3.3.1 Il Citizen Data Lab

Il Citizen Data Lab (CDL) è un laboratorio di ricerca del Dipartimento di Digital Media and Creative Industries dell’Hogeschool van Amsterdam, che riunisce ricercatori/trici e studiosi/e in scienze sociali, informatica e urbanistica per raccogliere e analizzare dati che provengono dalla città. La mission centrale del CDL sta nel cogliere le opportunità offerte dall’ondata di dati che caratterizza la contemporanetà digitale per ottenere una comprensione migliore di ciò che accade in alcune zone della capitale olandese. Il lavoro del Lab copre tutto il ciclo produttivo dei dati: dallo sviluppo delle applicazioni per la raccolta, all’organizzazione di eventi per coinvolgere la cittadinanza, fino all’analisi quantitativa e la diffusione dei dati attraverso il Web. I dati raccolti, infatti, sono messi a disposizione come open data per rendere i cittadini più consapevoli della realtà urbana in cui vivono. Citando le parole di Sabine Niederer, fondatrice del laboratorio, il CDL punta a uno “shift from smart cities to smart

141 citizens” (Majcher 2014, p. 1), cioè vuole sviluppare e fare uso di strumenti tecnologici per rendere i cittadini e le cittadine più consapevoli dei pregi e difetti della propria città.

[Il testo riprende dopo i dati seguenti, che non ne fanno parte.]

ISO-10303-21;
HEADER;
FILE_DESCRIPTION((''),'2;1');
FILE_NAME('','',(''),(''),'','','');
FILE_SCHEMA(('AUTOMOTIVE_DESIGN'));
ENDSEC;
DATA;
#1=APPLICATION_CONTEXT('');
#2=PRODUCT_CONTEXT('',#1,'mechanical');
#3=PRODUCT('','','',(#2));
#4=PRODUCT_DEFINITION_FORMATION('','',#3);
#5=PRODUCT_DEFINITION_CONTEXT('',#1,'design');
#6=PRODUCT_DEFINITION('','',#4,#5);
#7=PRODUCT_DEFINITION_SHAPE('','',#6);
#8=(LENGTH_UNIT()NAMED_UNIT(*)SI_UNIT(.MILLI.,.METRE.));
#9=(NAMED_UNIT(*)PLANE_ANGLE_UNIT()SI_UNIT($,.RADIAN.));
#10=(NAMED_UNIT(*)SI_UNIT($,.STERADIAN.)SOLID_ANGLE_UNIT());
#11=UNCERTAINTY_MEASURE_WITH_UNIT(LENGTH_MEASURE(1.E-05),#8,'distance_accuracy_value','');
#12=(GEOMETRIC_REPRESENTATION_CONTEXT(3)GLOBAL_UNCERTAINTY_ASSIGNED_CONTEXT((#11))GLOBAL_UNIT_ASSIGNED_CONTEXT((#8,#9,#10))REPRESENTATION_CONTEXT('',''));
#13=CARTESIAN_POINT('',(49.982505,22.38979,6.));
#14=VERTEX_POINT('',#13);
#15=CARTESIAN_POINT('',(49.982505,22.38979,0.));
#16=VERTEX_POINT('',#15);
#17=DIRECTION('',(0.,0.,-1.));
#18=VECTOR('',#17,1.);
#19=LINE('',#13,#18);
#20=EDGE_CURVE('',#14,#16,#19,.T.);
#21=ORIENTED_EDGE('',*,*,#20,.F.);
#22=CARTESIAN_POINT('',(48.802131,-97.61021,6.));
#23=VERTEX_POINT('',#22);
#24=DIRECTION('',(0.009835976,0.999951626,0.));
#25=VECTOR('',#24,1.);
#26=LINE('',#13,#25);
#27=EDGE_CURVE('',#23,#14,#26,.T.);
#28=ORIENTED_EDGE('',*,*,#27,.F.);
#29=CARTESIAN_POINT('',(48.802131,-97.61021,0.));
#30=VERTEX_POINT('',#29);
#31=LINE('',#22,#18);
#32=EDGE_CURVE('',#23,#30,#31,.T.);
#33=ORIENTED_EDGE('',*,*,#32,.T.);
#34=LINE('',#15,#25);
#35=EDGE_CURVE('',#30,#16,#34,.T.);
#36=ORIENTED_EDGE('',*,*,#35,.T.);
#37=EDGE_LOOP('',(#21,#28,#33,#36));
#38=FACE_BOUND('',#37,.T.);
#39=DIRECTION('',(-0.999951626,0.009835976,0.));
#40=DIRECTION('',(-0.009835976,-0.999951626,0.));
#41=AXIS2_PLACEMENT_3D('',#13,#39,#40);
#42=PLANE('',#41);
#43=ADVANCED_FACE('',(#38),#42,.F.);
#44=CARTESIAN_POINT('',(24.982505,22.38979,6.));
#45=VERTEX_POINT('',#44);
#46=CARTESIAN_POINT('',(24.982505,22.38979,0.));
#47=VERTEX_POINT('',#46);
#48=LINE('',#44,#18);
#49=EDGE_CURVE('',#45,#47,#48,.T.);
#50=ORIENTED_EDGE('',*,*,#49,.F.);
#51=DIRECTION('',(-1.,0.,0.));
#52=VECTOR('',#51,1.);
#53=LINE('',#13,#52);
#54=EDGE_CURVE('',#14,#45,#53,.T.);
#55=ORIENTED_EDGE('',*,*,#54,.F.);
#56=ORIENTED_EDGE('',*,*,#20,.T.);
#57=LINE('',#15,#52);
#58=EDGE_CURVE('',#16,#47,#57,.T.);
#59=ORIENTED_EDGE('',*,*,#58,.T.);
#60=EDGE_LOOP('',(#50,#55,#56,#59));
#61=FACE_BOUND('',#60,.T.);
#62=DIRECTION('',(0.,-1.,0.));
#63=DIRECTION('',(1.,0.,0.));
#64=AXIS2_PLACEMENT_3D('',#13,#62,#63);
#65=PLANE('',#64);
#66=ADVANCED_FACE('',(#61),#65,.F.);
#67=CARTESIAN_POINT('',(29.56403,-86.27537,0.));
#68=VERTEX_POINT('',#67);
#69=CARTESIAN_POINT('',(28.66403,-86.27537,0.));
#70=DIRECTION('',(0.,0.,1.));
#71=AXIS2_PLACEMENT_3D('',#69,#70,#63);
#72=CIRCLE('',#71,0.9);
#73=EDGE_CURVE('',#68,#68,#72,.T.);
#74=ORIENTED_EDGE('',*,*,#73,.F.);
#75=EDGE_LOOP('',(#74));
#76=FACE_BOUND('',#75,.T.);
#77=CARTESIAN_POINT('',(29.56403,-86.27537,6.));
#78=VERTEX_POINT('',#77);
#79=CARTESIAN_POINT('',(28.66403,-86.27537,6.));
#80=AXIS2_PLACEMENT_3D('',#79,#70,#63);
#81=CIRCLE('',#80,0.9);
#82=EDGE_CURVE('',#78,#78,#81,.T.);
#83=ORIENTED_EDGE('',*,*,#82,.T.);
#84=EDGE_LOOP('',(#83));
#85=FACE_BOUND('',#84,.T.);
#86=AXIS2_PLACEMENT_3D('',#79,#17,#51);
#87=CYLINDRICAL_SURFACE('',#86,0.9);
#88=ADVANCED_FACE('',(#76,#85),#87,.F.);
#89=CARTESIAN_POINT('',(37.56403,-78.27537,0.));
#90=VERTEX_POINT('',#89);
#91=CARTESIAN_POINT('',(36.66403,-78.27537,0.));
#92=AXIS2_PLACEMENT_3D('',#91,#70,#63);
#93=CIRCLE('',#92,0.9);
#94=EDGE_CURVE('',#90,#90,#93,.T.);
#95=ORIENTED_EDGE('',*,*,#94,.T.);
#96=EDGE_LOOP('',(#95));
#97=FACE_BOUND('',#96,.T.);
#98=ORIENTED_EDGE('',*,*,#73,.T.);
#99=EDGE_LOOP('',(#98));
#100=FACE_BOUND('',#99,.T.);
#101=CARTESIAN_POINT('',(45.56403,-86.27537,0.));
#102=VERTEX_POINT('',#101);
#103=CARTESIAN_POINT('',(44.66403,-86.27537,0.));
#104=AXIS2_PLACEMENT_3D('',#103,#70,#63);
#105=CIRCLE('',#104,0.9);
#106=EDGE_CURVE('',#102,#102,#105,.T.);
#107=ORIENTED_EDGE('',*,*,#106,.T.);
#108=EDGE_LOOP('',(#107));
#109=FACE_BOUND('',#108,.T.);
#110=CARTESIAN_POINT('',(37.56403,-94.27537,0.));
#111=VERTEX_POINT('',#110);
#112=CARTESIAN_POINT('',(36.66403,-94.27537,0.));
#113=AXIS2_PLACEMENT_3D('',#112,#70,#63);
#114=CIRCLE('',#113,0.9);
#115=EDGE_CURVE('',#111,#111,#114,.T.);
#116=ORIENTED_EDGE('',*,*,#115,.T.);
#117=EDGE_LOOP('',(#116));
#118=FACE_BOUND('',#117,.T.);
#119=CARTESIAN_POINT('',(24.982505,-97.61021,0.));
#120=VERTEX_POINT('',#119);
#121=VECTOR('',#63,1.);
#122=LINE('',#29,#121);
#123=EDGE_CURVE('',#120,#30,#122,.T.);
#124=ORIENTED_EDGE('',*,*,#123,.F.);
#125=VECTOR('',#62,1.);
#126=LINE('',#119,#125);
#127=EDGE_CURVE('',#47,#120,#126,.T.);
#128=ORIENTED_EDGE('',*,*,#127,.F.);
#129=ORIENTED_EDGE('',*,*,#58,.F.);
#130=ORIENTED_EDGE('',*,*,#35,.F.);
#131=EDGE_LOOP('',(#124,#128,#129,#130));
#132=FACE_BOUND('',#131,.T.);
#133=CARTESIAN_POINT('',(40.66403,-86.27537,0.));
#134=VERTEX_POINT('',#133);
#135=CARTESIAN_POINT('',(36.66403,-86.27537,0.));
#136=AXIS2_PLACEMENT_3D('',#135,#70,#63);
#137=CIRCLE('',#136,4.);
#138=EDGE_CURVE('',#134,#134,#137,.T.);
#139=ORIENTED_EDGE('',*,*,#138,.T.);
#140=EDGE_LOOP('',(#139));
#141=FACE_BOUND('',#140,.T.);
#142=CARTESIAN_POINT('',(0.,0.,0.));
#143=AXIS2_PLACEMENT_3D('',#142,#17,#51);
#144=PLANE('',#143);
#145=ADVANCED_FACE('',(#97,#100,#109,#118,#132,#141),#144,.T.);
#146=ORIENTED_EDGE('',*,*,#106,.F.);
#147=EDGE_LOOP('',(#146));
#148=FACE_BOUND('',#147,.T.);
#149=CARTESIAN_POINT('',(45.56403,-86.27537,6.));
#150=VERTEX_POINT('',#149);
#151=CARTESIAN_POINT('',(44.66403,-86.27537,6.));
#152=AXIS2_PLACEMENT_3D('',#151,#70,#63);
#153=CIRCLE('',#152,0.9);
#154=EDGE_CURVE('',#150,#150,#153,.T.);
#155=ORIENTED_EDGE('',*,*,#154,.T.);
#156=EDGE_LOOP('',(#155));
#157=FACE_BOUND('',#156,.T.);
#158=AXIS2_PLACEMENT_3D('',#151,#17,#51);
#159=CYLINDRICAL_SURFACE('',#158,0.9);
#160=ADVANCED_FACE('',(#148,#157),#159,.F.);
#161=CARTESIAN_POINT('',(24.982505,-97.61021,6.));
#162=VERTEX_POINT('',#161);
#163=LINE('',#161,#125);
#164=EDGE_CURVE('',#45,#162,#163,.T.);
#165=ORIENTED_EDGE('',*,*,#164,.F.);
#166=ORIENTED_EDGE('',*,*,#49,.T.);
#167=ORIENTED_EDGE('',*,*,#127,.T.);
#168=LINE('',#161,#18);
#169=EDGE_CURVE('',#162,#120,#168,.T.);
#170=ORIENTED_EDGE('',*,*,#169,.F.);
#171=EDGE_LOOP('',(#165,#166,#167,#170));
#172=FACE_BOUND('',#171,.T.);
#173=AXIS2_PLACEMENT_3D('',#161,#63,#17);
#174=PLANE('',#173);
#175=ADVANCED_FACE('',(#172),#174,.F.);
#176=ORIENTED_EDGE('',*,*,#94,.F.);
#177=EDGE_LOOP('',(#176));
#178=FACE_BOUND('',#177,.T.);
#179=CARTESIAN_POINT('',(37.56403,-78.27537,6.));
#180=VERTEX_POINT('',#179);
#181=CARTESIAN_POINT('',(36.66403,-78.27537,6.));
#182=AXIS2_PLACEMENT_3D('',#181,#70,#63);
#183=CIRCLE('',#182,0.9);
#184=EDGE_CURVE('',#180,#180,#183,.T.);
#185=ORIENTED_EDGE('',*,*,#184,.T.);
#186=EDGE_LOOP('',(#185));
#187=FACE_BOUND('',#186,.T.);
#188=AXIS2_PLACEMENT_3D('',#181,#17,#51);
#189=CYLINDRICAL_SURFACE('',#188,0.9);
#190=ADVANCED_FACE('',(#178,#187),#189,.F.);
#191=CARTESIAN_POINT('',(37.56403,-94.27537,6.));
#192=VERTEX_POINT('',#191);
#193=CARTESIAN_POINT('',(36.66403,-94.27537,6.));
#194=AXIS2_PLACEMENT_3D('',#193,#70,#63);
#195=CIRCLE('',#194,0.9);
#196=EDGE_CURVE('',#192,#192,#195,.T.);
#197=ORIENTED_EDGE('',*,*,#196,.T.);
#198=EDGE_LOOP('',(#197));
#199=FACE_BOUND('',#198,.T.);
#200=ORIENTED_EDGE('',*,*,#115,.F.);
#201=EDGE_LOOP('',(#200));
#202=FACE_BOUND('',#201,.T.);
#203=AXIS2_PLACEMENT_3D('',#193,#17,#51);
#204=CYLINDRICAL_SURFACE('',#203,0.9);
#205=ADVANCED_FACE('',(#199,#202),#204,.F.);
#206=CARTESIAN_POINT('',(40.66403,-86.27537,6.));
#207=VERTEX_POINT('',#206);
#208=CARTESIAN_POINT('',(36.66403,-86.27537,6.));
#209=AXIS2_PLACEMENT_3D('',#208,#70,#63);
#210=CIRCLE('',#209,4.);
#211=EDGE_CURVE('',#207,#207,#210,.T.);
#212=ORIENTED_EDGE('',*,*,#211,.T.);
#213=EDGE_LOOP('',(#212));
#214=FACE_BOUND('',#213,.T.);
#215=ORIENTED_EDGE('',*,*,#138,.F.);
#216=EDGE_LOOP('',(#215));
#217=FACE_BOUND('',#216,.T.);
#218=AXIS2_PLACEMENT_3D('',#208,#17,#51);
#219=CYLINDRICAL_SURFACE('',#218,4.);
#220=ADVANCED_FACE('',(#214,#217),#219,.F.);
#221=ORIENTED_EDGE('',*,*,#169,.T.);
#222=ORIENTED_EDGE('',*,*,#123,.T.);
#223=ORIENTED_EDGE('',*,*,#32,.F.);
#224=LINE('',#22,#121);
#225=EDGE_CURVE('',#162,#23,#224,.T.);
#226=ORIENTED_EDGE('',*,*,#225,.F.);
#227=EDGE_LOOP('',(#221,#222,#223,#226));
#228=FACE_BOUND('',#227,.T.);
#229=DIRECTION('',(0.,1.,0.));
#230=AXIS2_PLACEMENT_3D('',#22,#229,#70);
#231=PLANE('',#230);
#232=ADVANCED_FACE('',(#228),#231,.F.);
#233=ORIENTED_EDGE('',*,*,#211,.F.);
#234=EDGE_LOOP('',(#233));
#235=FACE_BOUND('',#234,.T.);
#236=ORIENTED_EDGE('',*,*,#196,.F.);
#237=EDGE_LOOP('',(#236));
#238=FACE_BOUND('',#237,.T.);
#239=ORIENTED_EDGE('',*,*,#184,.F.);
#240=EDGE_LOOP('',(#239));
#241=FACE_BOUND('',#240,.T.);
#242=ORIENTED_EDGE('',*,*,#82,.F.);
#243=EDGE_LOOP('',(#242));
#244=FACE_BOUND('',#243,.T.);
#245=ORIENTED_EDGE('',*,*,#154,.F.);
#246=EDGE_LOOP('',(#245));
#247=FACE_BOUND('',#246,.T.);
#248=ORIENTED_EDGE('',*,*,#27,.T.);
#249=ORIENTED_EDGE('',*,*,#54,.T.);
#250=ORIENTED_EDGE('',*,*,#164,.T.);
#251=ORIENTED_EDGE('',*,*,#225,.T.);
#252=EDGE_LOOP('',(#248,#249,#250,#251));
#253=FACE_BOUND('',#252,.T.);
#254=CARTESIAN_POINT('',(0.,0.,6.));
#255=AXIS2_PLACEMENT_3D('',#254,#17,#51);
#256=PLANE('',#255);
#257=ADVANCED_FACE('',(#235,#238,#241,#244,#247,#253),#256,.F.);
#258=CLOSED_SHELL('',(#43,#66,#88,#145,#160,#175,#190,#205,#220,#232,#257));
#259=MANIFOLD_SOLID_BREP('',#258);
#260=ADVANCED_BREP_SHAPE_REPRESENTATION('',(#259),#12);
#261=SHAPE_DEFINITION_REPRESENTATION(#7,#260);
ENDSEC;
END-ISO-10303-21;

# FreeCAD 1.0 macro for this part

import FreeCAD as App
import Part
import Sketcher
Q = App.Units.Quantity

doc = App.newDocument("Part")
body = doc.addObject("PartDesign::Body", "Body")

# Sketch on XY plane
sketch1 = doc.addObject("Sketcher::SketchObject", "Sketch")
body.addObject(sketch1)
sketch1.AttachmentSupport = (doc.XY_Plane, [""])
sketch1.MapMode = "FlatFace"
sketch1.addGeometry(Part.LineSegment(App.Vector(25, 22.4, 0), App.Vector(25, -97.6, 0)), False)
sketch1.addGeometry(Part.LineSegment(App.Vector(25, -97.6, 0), App.Vector(48.8, -97.6, 0)), False)
sketch1.addGeometry(Part.LineSegment(App.Vector(48.8, -97.6, 0), App.Vector(50, 22.4, 0)), False)
sketch1.addGeometry(Part.LineSegment(App.Vector(50, 22.4, 0), App.Vector(25, 22.4, 0)), False)
sketch1.addGeometry(Part.Circle(App.Vector(36.7, -94.3, 0), App.Vector(0, 0, 1), 0.9), False)
sketch1.addGeometry(Part.Circle(App.Vector(44.7, -86.3, 0), App.Vector(0, 0, 1), 0.9), False)
sketch1.addGeometry(Part.Circle(App.Vector(36.7, -86.3, 0), App.Vector(0, 0, 1), 4), False)
sketch1.addGeometry(Part.Circle(App.Vector(28.7, -86.3, 0), App.Vector(0, 0, 1), 0.9), False)
sketch1.addGeometry(Part.Circle(App.Vector(36.7, -78.3, 0), App.Vector(0, 0, 1), 0.9), False)
sketch1.addConstraint(Sketcher.Constraint("Coincident", 0, 2, 1, 1))
sketch1.addConstraint(Sketcher.Constraint("Coincident", 1, 2, 2, 1))
sketch1.addConstraint(Sketcher.Constraint("Coincident", 2, 2, 3, 1))
sketch1.addConstraint(Sketcher.Constraint("Coincident", 3, 2, 0, 1))
sketch1.addConstraint(Sketcher.Constraint("Vertical", 0))
sketch1.addConstraint(Sketcher.Constraint("Horizontal", 1))
sketch1.addConstraint(Sketcher.Constraint("Horizontal", 3))
sketch1.addConstraint(Sketcher.Constraint("Equal", 4, 5))
sketch1.addConstraint(Sketcher.Constraint("Equal", 5, 7))
sketch1.addConstraint(Sketcher.Constraint("Equal", 7, 8))
sketch1.addConstraint(Sketcher.Constraint("Horizontal", 5, 3, 6, 3))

Effettivamente, il coinvolgimento attivo dei cittadini è centrale in tutti progetti di ricerca del CDL, sia nella fase di sviluppo delle applicazioni, sia in quella di raccolta dei dati. Raccogliere e analizzare dati prodotti dalle persone permette infatti di ottenere informazioni sulla città rispettando il punto di vista di chi ha una esperienza diretta dei luoghi studiati. Per questo il laboratorio sviluppa strumenti e metodi di mappatura partecipativa in grado di sfruttare le conoscenze contestuali e specialistiche delle persone, per comprendere l’ambito locale in tutte le sue sfumature. D’altra parte, i cittadini possono dire e dare agli studiosi molto sui luoghi in cui vivono o che frequentano per le più svariate ragioni: possono ad esempio comunicare informazioni sul loro stato d’animo in una certa strada o piazza, su cosa valutano positivamente o negativamente di un luogo, su cosa farebbero per migliorare una certa situazione vissuta negativamente. Ciò va molto oltre le possibilità offerte dai sensori dell’Internet of Things, che monitorano la nostra vita quotidiana e gli spazi in cui viviamo estendendo Internet agli oggetti che ci circondano. I sistemi di sensori, seppure innovativi, si limitano infatti a svolgere compiti ripetitivi e relativamente semplici, come la memorizzazione degli accessi a un edificio o la misurazione del livello di inquinamento in una zona urbana: nulla a che vedere con le complesse capacità interpretative e cognitive delle persone. Ciò ha spinto il CDL a fare affidamento su quello che è stato da loro stessi definito uno dei migliori “sensori” disponibili: l’essere umano (Groen, Meys 2015).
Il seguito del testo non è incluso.